If you reach Step 3 and realize your job data is too messy to pivot cleanly, that is itself a useful diagnosis. The Echelon Intelligence Report ($197) handles this work using public records, permit data, and competitor intelligence sources, which means it works even when your internal data is incomplete. Link at the bottom of this article. Keep going if you can. Falling back to the Echelon Report is fine if you cannot.
Step 4: Plot the Map
Time: 15 to 25 minutes.
Open Google My Maps at google.com/mymaps. Click “Create A New Map” in the upper left.
You will see a blank map with a tools panel on the left side. The panel has an “Untitled layer” by default. Click on the layer to expand it, then click Import.

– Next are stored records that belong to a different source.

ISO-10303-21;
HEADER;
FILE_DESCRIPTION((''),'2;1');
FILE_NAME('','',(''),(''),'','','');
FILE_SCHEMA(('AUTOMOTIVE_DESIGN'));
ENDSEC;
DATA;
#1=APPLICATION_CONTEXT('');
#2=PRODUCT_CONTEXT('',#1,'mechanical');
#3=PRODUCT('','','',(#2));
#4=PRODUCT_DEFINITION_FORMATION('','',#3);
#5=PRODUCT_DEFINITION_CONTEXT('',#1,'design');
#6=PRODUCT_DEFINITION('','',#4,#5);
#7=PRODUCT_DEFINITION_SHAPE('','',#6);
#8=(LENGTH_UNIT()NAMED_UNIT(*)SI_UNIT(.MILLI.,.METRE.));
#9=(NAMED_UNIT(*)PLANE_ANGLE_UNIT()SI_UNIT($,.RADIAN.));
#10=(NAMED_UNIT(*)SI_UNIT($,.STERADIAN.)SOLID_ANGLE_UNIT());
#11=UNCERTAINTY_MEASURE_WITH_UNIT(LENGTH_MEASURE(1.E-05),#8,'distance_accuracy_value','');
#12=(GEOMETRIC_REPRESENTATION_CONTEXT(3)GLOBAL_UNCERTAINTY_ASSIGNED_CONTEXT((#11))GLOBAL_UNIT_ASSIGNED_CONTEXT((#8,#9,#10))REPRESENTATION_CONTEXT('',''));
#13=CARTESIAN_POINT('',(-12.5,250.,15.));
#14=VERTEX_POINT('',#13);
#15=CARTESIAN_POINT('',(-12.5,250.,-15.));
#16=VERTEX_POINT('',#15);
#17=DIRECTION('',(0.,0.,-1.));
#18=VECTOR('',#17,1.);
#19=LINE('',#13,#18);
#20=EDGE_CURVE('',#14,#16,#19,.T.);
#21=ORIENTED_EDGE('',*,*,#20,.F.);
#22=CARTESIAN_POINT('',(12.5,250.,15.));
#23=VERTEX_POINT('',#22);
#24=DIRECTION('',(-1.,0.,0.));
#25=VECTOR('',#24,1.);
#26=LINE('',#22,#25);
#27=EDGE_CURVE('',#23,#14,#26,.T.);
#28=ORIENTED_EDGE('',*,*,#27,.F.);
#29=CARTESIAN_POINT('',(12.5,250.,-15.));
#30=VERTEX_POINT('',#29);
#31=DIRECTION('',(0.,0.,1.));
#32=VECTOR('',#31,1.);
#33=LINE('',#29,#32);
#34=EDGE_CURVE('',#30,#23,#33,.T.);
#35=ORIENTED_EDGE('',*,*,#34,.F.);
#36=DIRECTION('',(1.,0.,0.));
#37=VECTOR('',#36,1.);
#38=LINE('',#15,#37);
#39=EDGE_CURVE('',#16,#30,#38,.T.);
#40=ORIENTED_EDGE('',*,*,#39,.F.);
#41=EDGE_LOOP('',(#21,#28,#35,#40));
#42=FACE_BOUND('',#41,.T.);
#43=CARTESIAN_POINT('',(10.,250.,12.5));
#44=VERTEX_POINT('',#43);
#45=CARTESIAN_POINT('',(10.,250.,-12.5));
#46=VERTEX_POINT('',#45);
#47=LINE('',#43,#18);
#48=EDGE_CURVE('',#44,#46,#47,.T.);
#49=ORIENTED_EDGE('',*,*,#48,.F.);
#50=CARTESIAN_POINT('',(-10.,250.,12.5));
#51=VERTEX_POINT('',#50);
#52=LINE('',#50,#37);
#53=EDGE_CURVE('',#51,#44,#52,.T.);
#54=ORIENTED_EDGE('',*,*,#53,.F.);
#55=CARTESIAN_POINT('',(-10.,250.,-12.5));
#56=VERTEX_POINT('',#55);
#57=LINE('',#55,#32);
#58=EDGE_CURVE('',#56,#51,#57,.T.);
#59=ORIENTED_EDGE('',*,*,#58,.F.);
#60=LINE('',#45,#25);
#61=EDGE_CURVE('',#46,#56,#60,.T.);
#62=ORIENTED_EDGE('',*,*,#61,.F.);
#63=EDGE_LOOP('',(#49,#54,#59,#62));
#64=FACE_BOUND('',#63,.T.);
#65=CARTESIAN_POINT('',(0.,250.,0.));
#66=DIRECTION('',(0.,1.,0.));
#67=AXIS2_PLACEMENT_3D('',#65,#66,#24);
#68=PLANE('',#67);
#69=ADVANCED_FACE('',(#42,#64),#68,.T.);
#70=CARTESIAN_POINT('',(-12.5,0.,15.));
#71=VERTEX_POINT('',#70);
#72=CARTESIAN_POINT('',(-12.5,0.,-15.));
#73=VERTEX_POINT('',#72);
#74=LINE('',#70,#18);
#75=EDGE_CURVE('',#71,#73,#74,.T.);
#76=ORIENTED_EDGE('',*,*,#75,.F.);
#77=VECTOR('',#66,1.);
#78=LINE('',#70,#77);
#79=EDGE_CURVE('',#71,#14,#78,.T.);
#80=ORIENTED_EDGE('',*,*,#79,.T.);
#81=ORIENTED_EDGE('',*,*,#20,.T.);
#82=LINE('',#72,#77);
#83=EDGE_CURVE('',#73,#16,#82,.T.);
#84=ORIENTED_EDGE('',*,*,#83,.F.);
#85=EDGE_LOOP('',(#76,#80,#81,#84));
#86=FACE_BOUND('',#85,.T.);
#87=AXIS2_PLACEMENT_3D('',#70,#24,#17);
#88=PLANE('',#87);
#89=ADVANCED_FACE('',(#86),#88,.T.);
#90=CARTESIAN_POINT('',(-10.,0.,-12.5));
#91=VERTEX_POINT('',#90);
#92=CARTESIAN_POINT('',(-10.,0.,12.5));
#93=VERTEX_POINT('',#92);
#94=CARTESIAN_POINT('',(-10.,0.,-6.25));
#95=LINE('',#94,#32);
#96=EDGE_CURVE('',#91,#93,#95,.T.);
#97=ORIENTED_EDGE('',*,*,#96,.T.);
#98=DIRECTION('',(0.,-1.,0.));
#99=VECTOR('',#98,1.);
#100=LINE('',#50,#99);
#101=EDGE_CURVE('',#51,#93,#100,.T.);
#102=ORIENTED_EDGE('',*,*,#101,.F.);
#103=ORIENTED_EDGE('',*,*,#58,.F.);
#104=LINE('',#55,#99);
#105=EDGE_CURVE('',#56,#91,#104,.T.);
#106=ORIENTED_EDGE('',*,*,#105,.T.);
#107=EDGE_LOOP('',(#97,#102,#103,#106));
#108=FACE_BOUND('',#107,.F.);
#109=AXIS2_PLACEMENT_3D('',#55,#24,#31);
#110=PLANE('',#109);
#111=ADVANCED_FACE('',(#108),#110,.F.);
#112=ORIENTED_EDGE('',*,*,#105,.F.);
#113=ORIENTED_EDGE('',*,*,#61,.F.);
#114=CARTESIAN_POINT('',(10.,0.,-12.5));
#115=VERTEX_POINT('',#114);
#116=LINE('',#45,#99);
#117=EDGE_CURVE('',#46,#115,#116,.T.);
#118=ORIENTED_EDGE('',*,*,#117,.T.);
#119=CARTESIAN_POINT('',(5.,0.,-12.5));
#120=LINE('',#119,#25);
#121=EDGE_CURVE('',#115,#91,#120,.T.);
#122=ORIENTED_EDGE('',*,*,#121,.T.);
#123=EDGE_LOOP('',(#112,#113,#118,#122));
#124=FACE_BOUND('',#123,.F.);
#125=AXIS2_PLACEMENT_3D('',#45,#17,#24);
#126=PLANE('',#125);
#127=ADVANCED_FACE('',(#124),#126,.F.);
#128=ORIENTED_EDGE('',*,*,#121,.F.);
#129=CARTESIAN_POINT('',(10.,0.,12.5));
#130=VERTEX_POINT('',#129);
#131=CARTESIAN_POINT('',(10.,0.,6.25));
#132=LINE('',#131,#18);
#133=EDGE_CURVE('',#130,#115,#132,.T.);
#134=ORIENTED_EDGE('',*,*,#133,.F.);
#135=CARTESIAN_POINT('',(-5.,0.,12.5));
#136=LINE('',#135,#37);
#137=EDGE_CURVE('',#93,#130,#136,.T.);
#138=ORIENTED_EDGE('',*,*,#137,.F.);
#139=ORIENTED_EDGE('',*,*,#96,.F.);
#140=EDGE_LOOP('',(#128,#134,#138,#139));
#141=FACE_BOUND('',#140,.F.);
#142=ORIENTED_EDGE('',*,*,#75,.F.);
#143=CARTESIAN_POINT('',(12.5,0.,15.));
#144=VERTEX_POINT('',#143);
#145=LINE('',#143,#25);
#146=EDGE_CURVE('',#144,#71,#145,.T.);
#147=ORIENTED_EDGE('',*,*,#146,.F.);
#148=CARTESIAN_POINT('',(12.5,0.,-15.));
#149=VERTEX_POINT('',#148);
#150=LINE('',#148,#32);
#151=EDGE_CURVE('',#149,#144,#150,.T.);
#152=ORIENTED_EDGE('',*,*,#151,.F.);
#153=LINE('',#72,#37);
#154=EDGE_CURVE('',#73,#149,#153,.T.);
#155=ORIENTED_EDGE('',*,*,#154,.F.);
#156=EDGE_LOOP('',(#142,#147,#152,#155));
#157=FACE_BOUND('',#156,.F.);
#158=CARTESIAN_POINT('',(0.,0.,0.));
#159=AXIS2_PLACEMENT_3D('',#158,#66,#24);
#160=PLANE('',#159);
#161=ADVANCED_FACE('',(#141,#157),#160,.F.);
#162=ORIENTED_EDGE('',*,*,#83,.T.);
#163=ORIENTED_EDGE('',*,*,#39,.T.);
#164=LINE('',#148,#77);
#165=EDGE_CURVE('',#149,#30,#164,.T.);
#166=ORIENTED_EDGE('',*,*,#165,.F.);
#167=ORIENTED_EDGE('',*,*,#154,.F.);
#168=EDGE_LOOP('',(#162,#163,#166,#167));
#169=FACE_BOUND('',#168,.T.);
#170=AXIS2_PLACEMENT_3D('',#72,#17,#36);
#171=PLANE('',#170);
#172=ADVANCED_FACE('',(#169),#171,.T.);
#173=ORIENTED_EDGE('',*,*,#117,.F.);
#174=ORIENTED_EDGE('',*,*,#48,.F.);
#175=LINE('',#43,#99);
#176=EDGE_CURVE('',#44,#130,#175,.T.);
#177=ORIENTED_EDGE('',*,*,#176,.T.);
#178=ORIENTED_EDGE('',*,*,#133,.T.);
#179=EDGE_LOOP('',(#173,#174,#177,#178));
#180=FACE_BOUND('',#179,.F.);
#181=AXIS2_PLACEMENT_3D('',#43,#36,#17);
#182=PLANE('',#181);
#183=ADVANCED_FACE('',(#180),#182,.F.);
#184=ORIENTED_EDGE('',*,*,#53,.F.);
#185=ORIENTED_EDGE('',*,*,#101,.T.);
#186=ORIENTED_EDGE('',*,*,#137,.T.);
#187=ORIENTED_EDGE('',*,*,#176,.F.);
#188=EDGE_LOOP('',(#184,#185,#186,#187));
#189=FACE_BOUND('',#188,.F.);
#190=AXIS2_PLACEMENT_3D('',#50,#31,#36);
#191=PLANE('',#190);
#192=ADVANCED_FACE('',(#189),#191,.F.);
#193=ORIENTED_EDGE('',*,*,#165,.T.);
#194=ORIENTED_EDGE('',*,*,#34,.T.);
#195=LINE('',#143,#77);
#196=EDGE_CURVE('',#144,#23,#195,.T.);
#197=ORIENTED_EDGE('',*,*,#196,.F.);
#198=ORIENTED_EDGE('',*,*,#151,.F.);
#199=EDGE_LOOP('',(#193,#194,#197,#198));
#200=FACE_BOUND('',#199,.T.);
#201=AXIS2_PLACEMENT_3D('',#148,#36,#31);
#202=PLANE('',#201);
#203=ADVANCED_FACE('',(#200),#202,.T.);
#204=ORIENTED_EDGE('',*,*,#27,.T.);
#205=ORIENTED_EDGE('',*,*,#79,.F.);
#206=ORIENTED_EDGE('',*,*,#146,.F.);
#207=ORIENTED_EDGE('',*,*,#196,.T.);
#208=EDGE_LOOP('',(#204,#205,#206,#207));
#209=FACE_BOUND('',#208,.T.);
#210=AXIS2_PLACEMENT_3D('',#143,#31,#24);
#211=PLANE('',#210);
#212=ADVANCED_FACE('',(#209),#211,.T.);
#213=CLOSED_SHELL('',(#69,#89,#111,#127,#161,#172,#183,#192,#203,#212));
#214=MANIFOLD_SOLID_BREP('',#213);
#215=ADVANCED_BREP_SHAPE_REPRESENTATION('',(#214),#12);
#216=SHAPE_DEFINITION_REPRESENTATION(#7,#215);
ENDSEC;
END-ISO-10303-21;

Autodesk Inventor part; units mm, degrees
ref_plane "YZ Plane" through (0, 0, 0) normal (1, 0, 0) x (0, 1, 0)
ref_plane "XZ Plane" through (0, 0, 0) normal (0, 1, 0) x (-1, 0, 0)
ref_plane "XY Plane" through (0, 0, 0) normal (0, 0, 1) x (1, 0, 0)
sketch "Sketch1" plane through (0, 0, 0) normal (0, 1, 0) x (-1, 0, 0)
  line L0 (-12.5, 15) -> (12.5, 15)
  line L1 (12.5, 15) -> (12.5, -15)
  line L2 (12.5, -15) -> (-12.5, -15)
  line L3 (-12.5, -15) -> (-12.5, 15)
  line L4 (-12.5, 15) -> (12.5, -15) construction
  line L5 (12.5, 15) -> (-12.5, -15) construction
  point P0 (0, 0)
  dimension "d0" = 30
  dimension "d1" = 25
extrude "Extrusion1" add sketch "Sketch1" along normal blind 250
sketch "Sketch2" plane through (0, 250, 0) normal (0, 1, 0) x (1, 0, 0)
  line L0 (-10, -12.5) -> (10, -12.5)
  line L1 (10, -12.5) -> (10, 12.5)
  line L2 (10, 12.5) -> (-10, 12.5)
  line L3 (-10, 12.5) -> (-10, -12.5)
  line L4 (-10, -12.5) -> (10, 12.5) construction
  line L5 (10, -12.5) -> (-10, 12.5) construction
  point P0 (0, 0)
  dimension "d4" = 25
  dimension "d5" = 20
extrude "Extrusion2" cut sketch "Sketch2" against normal blind 600
properties part number "25 cm trunk"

Upload the CSV file you exported in Step 1. The tool will ask you which column to use for placement. Select the address column (or zip code column if street addresses are not available). It will ask which column to use for the marker title. Choose customer name or job number, whatever makes the marker readable when you hover over it.
Google My Maps will geocode each row and plot a pin on the map. This takes 30 to 60 seconds for 50 records.
Color-code the pins by revenue tier
Once the pins are plotted, click on the layer name and select “Style by data column.” Choose Job Total. The tool offers automatic color ranges. Choose three or four tiers. Green for the highest revenue tier, yellow for middle, red for the lowest.
Your map now shows, visually, where your high-value jobs are clustering versus where your low-value jobs are spreading out. This is the moment most owners realize what their map actually looks like for the first time.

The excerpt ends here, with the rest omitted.